Sim, a máquina de escrever foi muito importante. Mas acho também que a melhor das invenções, e que pouco ou nada mudou, foi o guarda-chuva. Ele ainda mantém a sua austeridade de um céu preto, com que nos abriga da chuva. Debaixo dele, na rua, abraçamos a mulher amada, os dois aconchegados. Ou ela abre a sombrinha, para resguardar-se do sol. O guarda-chuva serve também de bengala, que foi abolida. E, em casa, aberto para secar, ou fechado, deixa escorrer a sua lágrima. A lágrima pelos tempos que foram e já não são mais.
Dr.Gama, que incrível! Se o senhor trabalhou com o Dr.Andreotti, estivemos “prestes” a nos encontrarmos anteriormente, porque eu também trabalhei por ali (Fórum de Ribeirão Preto, na Duque de Caxias??? Nossa, nem sei os nomes das ruas de Ribeirão…) Trabalhei no Cartório Distribuidor e, antes de começar a fazer partilhas, levava os livros comerciais para os juízes vistarem. O Dr.Andreotti era sempre muito gentil e conversava comigo. O Dr.Oscar era o mais sisudo…
Quanto às máquinas de escrever, como estariam as minhas mãos hoje, sem a leveza dos teclados do computador? Acho que foi uma boa troca.
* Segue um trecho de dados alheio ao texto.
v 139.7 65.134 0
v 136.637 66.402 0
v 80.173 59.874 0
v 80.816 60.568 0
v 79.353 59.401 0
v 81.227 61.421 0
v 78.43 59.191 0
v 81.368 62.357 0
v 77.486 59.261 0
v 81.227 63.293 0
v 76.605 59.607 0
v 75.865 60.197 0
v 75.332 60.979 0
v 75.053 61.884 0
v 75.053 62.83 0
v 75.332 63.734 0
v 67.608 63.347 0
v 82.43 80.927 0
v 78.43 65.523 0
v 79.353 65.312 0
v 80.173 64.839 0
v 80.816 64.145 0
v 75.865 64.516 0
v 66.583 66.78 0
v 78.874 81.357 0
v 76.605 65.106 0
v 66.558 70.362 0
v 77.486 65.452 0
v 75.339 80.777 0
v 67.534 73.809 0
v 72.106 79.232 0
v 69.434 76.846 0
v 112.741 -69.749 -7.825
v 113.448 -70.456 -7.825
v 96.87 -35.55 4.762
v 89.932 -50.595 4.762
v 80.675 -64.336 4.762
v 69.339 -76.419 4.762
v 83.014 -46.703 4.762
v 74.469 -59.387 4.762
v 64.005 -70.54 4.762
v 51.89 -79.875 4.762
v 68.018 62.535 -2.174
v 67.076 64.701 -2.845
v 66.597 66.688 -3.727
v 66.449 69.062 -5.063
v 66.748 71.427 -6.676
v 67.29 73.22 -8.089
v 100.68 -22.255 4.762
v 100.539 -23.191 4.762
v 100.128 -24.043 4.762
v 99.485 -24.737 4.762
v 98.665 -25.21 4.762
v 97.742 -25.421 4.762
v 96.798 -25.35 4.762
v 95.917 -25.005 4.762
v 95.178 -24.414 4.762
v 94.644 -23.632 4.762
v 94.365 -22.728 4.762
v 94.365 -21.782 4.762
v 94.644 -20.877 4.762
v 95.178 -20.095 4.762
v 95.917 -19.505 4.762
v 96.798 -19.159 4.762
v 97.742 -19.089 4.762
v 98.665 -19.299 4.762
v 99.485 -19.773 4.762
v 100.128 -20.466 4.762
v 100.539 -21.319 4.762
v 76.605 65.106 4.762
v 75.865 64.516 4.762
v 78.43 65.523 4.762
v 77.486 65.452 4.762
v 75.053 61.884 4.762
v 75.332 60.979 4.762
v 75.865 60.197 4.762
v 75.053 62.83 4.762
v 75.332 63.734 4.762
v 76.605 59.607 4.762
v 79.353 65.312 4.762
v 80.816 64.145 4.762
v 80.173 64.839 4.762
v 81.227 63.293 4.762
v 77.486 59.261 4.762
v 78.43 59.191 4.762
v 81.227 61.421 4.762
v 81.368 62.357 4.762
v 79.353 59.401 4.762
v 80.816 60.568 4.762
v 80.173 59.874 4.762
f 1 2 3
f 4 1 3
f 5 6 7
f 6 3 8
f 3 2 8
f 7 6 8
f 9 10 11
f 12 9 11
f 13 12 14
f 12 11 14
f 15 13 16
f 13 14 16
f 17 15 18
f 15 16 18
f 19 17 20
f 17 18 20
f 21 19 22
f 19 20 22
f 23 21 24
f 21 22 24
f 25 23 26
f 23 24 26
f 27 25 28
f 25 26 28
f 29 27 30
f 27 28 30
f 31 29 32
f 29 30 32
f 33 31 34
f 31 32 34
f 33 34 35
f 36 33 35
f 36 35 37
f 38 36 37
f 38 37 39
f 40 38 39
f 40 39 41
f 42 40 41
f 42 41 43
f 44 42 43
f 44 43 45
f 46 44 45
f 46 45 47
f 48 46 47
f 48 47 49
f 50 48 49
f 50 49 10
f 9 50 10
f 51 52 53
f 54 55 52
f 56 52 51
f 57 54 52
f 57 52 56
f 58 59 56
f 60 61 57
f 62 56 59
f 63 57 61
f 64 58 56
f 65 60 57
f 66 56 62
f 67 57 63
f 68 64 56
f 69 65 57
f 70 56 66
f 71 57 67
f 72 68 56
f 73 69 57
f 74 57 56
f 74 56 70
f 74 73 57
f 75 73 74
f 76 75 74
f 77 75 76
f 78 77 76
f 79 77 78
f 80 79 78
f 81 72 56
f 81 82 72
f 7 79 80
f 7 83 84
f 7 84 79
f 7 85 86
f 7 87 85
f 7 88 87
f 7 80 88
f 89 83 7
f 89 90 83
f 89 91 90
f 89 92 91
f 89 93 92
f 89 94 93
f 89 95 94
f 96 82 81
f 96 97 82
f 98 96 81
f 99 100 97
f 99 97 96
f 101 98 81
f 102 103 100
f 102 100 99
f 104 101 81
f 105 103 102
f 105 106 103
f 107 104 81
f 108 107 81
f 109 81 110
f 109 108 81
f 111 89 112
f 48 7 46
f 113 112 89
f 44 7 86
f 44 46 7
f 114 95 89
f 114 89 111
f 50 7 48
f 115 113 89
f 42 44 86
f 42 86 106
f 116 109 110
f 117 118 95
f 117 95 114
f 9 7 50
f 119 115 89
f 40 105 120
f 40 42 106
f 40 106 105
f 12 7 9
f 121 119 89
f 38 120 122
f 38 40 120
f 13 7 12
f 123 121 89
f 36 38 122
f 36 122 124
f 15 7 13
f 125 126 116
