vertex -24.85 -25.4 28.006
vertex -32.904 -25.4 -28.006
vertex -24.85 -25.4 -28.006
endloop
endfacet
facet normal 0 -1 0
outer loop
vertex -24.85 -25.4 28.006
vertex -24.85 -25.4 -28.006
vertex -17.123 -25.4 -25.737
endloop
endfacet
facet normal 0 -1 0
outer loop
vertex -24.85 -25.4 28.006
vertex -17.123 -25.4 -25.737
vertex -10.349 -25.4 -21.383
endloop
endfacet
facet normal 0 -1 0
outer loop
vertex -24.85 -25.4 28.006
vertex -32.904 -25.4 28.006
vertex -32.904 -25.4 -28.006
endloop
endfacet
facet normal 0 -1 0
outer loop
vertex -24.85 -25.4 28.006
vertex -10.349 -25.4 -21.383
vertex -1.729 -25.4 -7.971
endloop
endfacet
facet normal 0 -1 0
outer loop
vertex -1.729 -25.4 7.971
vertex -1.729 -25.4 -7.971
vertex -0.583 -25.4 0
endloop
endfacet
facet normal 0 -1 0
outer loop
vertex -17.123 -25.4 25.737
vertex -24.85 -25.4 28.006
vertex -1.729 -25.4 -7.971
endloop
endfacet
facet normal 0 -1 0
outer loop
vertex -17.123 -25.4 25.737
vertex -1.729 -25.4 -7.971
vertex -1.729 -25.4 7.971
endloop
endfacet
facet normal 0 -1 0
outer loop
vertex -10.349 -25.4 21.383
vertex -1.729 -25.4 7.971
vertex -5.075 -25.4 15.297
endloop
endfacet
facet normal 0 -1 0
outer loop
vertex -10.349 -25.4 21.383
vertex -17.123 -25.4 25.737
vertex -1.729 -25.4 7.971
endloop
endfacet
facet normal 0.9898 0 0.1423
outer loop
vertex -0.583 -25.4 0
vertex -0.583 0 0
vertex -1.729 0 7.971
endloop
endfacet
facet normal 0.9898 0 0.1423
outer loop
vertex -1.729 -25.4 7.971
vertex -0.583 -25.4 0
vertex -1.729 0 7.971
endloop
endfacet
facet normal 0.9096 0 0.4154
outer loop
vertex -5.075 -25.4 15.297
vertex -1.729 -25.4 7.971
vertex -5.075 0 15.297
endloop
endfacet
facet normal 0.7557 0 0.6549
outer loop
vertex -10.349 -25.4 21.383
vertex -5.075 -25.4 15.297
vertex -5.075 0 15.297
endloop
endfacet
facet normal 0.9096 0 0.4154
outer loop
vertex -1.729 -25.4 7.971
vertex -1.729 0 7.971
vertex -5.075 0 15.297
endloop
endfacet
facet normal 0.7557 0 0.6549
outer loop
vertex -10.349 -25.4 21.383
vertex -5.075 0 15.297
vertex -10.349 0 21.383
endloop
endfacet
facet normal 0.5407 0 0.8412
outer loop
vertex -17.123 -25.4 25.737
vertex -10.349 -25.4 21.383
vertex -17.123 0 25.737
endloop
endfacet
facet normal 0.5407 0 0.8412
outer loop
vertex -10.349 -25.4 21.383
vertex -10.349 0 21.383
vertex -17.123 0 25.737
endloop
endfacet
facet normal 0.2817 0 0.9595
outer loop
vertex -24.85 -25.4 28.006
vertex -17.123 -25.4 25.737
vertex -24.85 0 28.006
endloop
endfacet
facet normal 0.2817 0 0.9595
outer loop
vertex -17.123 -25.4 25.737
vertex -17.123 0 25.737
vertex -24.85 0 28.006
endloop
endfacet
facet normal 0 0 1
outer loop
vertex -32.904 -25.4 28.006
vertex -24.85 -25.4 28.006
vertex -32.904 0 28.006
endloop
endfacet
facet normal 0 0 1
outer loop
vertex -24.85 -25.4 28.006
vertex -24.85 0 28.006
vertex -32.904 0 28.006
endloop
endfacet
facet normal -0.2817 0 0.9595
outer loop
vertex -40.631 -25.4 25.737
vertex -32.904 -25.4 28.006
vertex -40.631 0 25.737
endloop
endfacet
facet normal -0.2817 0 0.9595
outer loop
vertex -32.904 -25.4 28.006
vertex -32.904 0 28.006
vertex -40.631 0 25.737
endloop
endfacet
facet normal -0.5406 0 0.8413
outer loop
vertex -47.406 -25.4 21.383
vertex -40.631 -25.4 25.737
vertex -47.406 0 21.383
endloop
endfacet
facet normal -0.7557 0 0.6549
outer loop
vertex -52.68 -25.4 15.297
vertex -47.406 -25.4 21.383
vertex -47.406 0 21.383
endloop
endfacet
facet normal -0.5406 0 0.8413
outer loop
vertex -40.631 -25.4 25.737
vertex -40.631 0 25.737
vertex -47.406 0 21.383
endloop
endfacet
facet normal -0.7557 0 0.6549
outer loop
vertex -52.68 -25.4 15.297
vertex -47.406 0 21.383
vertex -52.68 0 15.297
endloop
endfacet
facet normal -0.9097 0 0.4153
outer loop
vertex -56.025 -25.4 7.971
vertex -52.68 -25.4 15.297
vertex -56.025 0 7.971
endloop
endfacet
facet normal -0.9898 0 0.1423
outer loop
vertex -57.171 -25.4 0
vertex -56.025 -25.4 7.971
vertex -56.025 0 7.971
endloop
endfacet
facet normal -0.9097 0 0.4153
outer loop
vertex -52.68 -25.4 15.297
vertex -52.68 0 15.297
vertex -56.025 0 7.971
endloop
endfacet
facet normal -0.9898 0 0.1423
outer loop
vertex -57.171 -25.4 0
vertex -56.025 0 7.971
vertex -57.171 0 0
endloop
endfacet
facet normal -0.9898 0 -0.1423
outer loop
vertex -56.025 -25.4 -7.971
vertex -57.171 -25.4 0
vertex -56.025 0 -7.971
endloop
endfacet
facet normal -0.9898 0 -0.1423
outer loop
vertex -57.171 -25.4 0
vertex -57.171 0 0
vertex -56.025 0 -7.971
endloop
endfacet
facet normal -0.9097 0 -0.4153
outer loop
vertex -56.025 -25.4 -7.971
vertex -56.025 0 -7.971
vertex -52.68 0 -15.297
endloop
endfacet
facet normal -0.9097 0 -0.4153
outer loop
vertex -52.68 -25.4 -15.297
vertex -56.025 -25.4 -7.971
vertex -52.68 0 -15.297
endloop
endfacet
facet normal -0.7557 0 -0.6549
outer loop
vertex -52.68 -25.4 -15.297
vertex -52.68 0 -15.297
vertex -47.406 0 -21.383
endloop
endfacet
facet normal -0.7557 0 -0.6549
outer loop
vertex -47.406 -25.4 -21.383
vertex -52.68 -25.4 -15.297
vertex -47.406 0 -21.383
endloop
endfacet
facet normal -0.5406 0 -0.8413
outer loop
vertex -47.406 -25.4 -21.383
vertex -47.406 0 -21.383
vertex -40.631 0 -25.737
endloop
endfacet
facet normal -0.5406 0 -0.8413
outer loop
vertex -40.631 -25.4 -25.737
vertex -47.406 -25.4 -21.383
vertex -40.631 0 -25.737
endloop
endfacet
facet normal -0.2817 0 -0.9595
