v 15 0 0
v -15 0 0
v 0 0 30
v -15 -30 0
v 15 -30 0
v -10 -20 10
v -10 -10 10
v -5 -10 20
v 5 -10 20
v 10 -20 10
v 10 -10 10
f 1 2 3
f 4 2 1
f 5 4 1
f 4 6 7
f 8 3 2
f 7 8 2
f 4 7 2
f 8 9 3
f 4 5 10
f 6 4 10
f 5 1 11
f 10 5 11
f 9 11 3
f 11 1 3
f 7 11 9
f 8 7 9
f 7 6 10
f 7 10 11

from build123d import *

# Parameters (mm, degrees)
F1_DEPTH = 30
F3_DEPTH = 15


with BuildPart() as f1:
    # F0 (on Front) → F1 (new body)
    with BuildSketch(Plane.XZ):
        Polygon((0, 30), (-15, 0), (15, 0), align=None)
    extrude(amount=F1_DEPTH)

    # F2 (on Right) → F3 (cut, symmetric)
    with BuildSketch(Plane.YZ):
        Polygon((0, 30), (-30, 30), (-30, 0), (-20, 10), (-20, 20), (-10, 20), align=None)
        Polygon((-20, 10), (-10, 20), (-20, 20), align=None)
        Polygon((-10, 10), (-10, 20), (-20, 10), align=None)
    extrude(amount=F3_DEPTH, both=True, mode=Mode.SUBTRACT)


solid = f1.part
Outro dia, no escritório de um advogado, Dr.Marcelo Rossi, vi duas máquinas de escrever antigas. Uma bem antiga mesmo, preta (nunca me atentei para os nomes) e outra mais “recente” (mas também antiga), lado a lado. Devem ser lembranças do pai dele, que também trabalhou no Fórum. No meu concurso para ingresso na Câmara, fui “presenteada” com uma máquina mais antiga, embora houvessem máquinas mais novas, com as quais outros candidatos foram agraciados. Vendo as máquinas na sala do Dr.Marcelo, juro que não senti a mínima saudade… Eu jamais guardaria qualquer coisa assim comigo. Gosto muito de novidades.